Task prompt:
Reproduce exactly the opening lines of the listing, stopping after the line that contains "e11 v11 v10" and including it.

#####

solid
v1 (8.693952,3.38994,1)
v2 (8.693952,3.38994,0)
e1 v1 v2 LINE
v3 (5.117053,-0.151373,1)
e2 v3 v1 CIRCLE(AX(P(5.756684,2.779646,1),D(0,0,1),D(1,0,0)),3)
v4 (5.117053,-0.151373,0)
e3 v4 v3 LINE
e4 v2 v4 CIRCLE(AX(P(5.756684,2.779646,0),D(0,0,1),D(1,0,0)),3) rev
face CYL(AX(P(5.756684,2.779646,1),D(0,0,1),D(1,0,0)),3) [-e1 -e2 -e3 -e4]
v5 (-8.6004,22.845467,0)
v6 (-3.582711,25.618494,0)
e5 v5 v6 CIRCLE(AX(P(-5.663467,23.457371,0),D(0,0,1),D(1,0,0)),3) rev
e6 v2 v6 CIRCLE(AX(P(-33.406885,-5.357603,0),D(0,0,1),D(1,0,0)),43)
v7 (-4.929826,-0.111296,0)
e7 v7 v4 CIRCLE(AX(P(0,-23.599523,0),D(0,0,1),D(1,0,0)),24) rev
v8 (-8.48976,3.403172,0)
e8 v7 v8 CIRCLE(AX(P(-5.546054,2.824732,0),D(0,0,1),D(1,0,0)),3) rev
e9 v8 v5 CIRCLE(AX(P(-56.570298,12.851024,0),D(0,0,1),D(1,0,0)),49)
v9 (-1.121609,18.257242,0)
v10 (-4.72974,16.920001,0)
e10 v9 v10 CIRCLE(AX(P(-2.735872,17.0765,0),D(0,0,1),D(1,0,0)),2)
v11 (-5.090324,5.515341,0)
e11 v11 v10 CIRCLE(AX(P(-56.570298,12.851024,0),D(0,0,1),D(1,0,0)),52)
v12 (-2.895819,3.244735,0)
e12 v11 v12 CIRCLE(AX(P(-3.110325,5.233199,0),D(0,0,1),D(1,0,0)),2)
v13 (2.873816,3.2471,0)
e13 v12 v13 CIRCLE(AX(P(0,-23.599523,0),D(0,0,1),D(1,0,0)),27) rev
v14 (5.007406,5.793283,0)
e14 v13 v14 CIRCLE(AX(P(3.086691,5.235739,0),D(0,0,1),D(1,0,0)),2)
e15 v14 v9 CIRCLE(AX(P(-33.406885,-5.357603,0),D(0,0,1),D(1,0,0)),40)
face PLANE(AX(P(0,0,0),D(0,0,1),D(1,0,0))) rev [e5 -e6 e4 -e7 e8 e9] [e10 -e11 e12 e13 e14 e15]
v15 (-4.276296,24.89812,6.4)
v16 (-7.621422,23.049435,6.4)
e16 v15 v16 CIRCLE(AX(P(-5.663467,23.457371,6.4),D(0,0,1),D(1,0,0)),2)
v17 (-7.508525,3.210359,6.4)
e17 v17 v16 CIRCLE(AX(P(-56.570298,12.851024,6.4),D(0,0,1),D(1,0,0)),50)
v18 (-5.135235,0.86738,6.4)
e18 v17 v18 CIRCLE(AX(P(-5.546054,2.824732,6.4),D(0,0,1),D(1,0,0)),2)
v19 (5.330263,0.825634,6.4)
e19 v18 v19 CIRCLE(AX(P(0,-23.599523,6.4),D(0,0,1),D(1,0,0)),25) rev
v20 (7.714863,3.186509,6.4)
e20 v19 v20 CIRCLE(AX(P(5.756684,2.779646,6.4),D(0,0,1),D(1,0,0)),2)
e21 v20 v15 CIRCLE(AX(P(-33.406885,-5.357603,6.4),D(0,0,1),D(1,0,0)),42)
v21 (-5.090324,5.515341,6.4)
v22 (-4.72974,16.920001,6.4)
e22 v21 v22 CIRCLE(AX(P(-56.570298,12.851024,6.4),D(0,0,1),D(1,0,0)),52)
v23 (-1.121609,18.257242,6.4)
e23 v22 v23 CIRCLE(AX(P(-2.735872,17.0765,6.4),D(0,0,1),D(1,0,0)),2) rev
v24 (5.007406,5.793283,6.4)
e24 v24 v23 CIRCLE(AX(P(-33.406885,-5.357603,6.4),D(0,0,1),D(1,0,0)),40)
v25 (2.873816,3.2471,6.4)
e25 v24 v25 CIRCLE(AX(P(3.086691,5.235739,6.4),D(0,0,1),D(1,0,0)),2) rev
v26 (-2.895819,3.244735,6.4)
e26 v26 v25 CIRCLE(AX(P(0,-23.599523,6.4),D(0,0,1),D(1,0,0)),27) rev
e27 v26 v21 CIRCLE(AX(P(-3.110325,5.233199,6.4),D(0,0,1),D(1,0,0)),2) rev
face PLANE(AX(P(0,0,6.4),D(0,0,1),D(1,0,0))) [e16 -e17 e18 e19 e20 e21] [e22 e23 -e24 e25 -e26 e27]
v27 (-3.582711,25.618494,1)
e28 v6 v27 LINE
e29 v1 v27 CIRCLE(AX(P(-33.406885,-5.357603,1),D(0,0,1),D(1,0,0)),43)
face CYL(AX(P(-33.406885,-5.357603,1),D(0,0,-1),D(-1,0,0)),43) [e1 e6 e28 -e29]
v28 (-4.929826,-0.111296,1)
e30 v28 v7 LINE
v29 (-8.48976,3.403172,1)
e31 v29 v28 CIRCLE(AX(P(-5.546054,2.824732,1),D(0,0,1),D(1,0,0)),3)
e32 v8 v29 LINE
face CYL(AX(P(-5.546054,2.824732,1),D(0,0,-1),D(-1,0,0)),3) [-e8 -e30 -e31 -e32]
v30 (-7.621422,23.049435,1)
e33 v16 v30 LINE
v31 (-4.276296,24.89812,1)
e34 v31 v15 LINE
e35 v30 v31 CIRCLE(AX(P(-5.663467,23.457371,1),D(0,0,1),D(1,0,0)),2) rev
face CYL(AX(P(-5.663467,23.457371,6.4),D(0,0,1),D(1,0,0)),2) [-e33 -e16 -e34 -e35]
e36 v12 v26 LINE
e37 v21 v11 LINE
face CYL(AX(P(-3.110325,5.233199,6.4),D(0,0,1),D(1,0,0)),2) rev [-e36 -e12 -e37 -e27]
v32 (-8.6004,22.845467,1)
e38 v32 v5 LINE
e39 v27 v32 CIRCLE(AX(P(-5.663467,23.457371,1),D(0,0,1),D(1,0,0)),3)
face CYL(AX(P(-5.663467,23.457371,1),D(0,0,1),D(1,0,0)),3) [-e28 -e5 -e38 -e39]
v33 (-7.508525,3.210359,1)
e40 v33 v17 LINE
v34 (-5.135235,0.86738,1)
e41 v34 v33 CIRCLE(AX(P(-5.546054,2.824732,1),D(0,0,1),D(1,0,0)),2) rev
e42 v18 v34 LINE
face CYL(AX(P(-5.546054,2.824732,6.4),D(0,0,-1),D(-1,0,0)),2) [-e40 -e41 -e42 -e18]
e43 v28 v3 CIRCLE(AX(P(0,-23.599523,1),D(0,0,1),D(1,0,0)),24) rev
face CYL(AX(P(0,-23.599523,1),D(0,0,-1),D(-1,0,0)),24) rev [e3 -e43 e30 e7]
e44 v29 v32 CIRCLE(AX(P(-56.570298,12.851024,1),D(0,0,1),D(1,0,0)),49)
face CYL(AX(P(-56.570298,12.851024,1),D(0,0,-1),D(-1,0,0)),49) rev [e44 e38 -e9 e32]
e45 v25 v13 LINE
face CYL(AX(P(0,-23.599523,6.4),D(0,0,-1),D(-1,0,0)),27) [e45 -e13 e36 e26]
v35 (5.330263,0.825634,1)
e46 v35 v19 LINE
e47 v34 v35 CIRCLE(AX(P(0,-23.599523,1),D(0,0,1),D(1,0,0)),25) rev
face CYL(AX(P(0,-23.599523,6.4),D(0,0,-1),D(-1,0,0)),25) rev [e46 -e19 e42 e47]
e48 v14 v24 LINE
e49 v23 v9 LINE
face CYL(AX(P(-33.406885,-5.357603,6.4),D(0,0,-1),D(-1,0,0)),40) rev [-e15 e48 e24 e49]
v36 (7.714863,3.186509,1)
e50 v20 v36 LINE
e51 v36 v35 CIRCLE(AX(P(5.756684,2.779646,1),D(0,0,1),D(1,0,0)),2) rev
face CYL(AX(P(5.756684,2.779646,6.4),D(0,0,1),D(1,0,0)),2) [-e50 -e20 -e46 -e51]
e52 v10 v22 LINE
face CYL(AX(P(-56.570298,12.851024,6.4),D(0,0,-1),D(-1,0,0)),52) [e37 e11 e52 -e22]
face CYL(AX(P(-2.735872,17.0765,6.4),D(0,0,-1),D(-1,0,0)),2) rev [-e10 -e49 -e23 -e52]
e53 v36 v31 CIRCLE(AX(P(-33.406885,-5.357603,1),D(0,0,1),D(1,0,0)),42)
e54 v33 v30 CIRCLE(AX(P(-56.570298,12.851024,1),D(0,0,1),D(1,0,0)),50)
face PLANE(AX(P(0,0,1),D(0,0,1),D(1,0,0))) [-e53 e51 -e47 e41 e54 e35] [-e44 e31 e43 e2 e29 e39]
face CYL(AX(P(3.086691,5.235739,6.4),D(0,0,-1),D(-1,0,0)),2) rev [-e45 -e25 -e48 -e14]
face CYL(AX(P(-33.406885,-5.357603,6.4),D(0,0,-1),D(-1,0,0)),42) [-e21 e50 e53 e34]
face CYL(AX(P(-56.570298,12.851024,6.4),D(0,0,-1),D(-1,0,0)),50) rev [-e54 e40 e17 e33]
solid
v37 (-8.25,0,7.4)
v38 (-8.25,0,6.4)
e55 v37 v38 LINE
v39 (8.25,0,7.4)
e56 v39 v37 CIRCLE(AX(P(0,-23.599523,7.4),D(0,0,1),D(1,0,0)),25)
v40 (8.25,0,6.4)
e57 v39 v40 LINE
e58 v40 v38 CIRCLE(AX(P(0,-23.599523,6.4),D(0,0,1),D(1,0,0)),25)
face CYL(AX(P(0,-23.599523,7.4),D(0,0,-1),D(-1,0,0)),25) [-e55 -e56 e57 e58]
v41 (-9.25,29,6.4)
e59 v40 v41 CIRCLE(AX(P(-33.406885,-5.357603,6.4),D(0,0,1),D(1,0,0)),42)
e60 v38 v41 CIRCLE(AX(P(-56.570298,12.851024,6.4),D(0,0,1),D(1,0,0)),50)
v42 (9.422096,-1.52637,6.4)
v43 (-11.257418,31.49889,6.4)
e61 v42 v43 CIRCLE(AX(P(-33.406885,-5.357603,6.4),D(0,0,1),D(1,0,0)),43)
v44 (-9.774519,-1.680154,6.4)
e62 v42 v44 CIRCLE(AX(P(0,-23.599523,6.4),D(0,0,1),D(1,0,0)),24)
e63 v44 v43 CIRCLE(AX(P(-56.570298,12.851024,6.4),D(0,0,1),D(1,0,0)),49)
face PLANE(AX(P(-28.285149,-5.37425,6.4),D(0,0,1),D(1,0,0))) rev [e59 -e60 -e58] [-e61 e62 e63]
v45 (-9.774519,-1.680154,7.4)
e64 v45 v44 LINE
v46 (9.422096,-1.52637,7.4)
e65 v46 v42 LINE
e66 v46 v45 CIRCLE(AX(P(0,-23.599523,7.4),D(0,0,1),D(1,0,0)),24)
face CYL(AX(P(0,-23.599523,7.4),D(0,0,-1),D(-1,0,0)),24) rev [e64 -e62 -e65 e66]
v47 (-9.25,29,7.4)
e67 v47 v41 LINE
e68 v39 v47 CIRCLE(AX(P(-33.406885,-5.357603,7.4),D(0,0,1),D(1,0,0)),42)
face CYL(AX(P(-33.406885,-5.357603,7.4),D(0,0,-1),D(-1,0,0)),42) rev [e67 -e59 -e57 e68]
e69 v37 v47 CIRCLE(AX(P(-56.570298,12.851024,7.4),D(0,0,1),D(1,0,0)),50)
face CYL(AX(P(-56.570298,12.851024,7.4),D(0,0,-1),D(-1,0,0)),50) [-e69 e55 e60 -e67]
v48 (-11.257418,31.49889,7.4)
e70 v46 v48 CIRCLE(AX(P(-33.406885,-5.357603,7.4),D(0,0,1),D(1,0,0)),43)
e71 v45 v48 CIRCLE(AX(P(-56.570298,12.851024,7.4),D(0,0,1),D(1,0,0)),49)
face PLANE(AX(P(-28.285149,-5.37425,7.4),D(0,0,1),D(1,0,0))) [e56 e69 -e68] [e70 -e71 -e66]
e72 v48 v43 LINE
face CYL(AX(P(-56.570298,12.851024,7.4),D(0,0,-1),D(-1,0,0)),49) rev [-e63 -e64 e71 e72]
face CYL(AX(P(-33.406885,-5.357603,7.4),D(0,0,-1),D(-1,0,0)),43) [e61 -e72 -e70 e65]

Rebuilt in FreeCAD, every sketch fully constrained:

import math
import FreeCAD as App
import Part
import Sketcher

V = App.Vector


def edges_at(feature, points):
    """Names of the edges that pass closest to the given points."""
    edges = feature.Shape.Edges
    near = lambda p: min(range(len(edges)), key=lambda i: edges[i].distToShape(Part.Vertex(*p))[0])
    return sorted({f"Edge{near(p) + 1}" for p in points})

doc = App.newDocument("Part")
body = doc.addObject("PartDesign::Body", "Body")

# Sketch on XY plane
sketch1 = body.newObject("Sketcher::SketchObject", "Sketch")
sketch1.AttachmentSupport = (doc.getObject("XY_Plane"), [""])
sketch1.MapMode = "FlatFace"
sketch1.addGeometry([
    Part.ArcOfCircle(Part.Circle(V(-57, 13, 0), V(0, 0, 1), 50), math.radians(-15), math.radians(19)),  # 0
    Part.ArcOfCircle(Part.Circle(V(0, -24, 0), V(0, 0, 1), 25), math.radians(71), math.radians(109)),  # 1
    Part.ArcOfCircle(Part.Circle(V(-33, -5, 0), V(0, 0, 1), 42), math.radians(7), math.radians(55)),  # 2
    Part.ArcOfCircle(Part.Circle(V(-57, 13, 0), V(0, 0, 1), 52), math.radians(-11), math.radians(12)),  # 3
    Part.ArcOfCircle(Part.Circle(V(-33, -5, 0), V(0, 0, 1), 40), math.radians(12), math.radians(46)),  # 4
    Part.ArcOfCircle(Part.Circle(V(0, -24, 0), V(0, 0, 1), 27), math.radians(78), math.radians(102)),  # 5
], False)
sketch1.addConstraint([
    Sketcher.Constraint("Coincident", 0, 1, 1, 2),
    Sketcher.Constraint("Coincident", 1, 1, 2, 1),
    Sketcher.Constraint("Coincident", 2, 2, 0, 2),
    Sketcher.Constraint("Coincident", 3, 2, 4, 2),
    Sketcher.Constraint("Coincident", 4, 1, 5, 1),
    Sketcher.Constraint("Coincident", 5, 2, 3, 1),
    Sketcher.Constraint("Coincident", 3, 3, 0, 3),
    Sketcher.Constraint("Coincident", 4, 3, 2, 3),
    Sketcher.Constraint("Coincident", 5, 3, 1, 3),
    Sketcher.Constraint("Symmetric", 0, 1, 1, 1, -1, 1),
    Sketcher.Constraint("PointOnObject", 1, 3, -2),
    Sketcher.Constraint("Radius", 0, 50.0),
    Sketcher.Constraint("Radius", 1, 25.0),
    Sketcher.Constraint("Radius", 2, 42.0),
    Sketcher.Constraint("Radius", 3, 52.0),
    Sketcher.Constraint("Radius", 4, 40.0),
    Sketcher.Constraint("Radius", 5, 27.0),
    Sketcher.Constraint("DistanceY", -1, 1, 2, 2, 29.0),
    Sketcher.Constraint("DistanceX", 2, 2, 0, 1, 1.0),
    Sketcher.Constraint("DistanceX", 0, 1, 1, 1, 16.5),
])
pad1 = body.newObject("PartDesign::Pad", "Pad")
pad1.Profile = sketch1
pad1.Length = 6.4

#####

Response below:
solid
v1 (8.693952,3.38994,1)
v2 (8.693952,3.38994,0)
e1 v1 v2 LINE
v3 (5.117053,-0.151373,1)
e2 v3 v1 CIRCLE(AX(P(5.756684,2.779646,1),D(0,0,1),D(1,0,0)),3)
v4 (5.117053,-0.151373,0)
e3 v4 v3 LINE
e4 v2 v4 CIRCLE(AX(P(5.756684,2.779646,0),D(0,0,1),D(1,0,0)),3) rev
face CYL(AX(P(5.756684,2.779646,1),D(0,0,1),D(1,0,0)),3) [-e1 -e2 -e3 -e4]
v5 (-8.6004,22.845467,0)
v6 (-3.582711,25.618494,0)
e5 v5 v6 CIRCLE(AX(P(-5.663467,23.457371,0),D(0,0,1),D(1,0,0)),3) rev
e6 v2 v6 CIRCLE(AX(P(-33.406885,-5.357603,0),D(0,0,1),D(1,0,0)),43)
v7 (-4.929826,-0.111296,0)
e7 v7 v4 CIRCLE(AX(P(0,-23.599523,0),D(0,0,1),D(1,0,0)),24) rev
v8 (-8.48976,3.403172,0)
e8 v7 v8 CIRCLE(AX(P(-5.546054,2.824732,0),D(0,0,1),D(1,0,0)),3) rev
e9 v8 v5 CIRCLE(AX(P(-56.570298,12.851024,0),D(0,0,1),D(1,0,0)),49)
v9 (-1.121609,18.257242,0)
v10 (-4.72974,16.920001,0)
e10 v9 v10 CIRCLE(AX(P(-2.735872,17.0765,0),D(0,0,1),D(1,0,0)),2)
v11 (-5.090324,5.515341,0)
e11 v11 v10 CIRCLE(AX(P(-56.570298,12.851024,0),D(0,0,1),D(1,0,0)),52)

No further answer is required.